In the Washington Post, Paul Kane explained that the Democratic Party was targeting the seat as part of an “emerging strategy of focusing on dozens of GOP seats in diverse, well-educated suburbs across the country in advance of next year’s elections.” The race for Price’s old seat, added the Post’s Greg Sargent, “is being widely examined as a bellwether for 2018, because it’s a lot like many other GOP-held districts that Democrats will target—ones in which Trump won by a very slim margin or lost, and ones that are heavily populated with college-educated white and suburban voters.” NBC News reported that Georgia’s Sixth was one of ninety-seven districts the Democrats had identified in which Trump prevailed with 55 percent or less of the vote.

This strategy is rational if your primary focus is to pick up seats in the House of Representatives in 2018. Districts where Trump did the worst are the obvious low-hanging fruit. Those tend to be places like Georgia’s Sixth: metro areas with growing numbers of the “rising electorate” of college-educated professionals, single women, Millennials, immigrants, and other minorities who formed the core of the Obama coalition.

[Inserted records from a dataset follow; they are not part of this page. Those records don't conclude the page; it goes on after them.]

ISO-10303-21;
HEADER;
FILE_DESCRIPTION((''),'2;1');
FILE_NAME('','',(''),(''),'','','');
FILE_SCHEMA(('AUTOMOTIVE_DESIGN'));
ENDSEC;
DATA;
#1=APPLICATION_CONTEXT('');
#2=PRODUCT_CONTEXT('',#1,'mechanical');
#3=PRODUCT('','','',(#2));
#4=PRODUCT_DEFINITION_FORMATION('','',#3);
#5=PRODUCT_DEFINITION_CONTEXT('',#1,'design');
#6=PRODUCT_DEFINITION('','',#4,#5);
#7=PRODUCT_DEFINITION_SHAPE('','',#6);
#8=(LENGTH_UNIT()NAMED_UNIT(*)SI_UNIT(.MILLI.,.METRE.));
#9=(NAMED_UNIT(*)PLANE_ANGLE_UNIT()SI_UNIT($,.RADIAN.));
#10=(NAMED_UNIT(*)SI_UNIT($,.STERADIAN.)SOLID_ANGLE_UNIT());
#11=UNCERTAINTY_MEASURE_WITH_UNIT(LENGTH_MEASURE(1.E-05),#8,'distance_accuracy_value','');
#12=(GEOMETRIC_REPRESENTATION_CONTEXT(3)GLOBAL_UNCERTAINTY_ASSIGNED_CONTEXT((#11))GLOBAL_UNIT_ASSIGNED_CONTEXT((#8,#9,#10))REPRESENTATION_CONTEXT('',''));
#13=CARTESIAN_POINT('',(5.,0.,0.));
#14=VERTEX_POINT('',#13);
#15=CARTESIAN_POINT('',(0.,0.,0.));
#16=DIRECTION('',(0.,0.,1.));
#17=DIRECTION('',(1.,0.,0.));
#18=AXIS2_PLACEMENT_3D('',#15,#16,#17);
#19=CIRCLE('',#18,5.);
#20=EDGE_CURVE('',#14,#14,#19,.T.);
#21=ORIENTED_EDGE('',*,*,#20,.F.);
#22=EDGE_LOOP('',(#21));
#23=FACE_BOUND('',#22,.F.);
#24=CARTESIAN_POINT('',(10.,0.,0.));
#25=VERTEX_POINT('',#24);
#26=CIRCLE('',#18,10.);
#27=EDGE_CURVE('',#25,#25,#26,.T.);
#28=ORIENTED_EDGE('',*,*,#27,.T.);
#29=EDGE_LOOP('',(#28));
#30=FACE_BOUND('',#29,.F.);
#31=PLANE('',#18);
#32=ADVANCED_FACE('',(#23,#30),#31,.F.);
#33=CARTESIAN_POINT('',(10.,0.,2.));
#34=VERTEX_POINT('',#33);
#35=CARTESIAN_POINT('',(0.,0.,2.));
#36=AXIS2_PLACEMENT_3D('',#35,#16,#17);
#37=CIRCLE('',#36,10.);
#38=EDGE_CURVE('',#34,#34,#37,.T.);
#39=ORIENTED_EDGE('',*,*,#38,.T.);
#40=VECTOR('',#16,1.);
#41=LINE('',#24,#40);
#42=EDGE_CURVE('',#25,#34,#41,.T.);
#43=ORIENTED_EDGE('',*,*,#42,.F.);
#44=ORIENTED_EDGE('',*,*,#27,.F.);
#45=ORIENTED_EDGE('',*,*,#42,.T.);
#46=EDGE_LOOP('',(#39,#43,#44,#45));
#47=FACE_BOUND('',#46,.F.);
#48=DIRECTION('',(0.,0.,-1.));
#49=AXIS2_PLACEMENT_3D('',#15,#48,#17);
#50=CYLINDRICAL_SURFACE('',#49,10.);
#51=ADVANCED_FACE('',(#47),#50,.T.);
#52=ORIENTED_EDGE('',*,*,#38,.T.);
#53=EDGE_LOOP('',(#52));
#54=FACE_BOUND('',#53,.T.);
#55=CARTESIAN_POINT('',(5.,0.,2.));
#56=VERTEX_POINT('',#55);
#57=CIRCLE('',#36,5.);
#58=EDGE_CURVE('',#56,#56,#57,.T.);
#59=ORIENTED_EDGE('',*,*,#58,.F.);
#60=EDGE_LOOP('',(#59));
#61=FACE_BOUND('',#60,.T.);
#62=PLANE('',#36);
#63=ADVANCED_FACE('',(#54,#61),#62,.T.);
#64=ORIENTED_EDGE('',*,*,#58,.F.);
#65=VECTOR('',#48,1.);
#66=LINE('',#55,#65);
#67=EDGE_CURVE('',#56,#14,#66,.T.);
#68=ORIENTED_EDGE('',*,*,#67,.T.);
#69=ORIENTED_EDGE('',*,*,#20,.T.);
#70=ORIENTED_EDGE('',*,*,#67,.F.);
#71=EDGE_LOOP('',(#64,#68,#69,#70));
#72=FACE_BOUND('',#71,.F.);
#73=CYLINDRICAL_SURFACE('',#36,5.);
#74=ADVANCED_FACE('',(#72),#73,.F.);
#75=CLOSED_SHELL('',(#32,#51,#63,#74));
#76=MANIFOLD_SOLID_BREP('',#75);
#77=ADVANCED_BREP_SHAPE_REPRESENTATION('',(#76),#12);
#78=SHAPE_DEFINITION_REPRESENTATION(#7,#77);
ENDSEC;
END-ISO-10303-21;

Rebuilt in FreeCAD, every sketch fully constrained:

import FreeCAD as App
import Part
import Sketcher

doc = App.newDocument("Part")
body = doc.addObject("PartDesign::Body", "Body")

# Sketch on XY plane
sketch1 = body.newObject("Sketcher::SketchObject", "Sketch")
sketch1.AttachmentSupport = (doc.getObject("XY_Plane"), [""])
sketch1.MapMode = "FlatFace"
sketch1.addGeometry(Part.Circle(App.Vector(0, 0, 0), App.Vector(0, 0, 1), 10), False)
sketch1.addConstraint([
    Sketcher.Constraint("Coincident", 0, 3, -1, 1),
    Sketcher.Constraint("Diameter", 0, 20.0),
])
pad1 = body.newObject("PartDesign::Pad", "Pad")
pad1.Profile = sketch1
pad1.Length = 2

# Sketch on XY plane
sketch2 = body.newObject("Sketcher::SketchObject", "Sketch001")
sketch2.AttachmentSupport = (doc.getObject("XY_Plane"), [""])
sketch2.MapMode = "FlatFace"
sketch2.AttachmentOffset = App.Placement(App.Vector(0, 0, 2), App.Rotation())
sketch2.addGeometry(Part.Circle(App.Vector(0, 0, 0), App.Vector(0, 0, 1), 5), False)
sketch2.addConstraint([
    Sketcher.Constraint("Coincident", 0, 3, -1, 1),
    Sketcher.Constraint("Diameter", 0, 10.0),
])
pocket1 = body.newObject("PartDesign::Pocket", "Pocket")
pocket1.Profile = sketch2
pocket1.Length = 4

doc.recompute()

The strategy is highly questionable, however, if the goal is to win more broadly—say, the presidency in 2020. After all, the Democrats approached the disastrous 2016 election precisely on the theory that presidential contests are less about persuasion than about turning out your base, and that the most efficient way to turn out your base is to focus on where most of your supporters live. By crafting messages targeted to suburban professionals (and with a heavy assist from Donald Trump’s alienating campaign), the strategy worked well—in those areas. But the overall result was catastrophic. Trump won by much higher percentages than previous GOP presidential candidates in exurban and rural districts—enough (with a little help from the Russians and James Comey) to put him in the White House.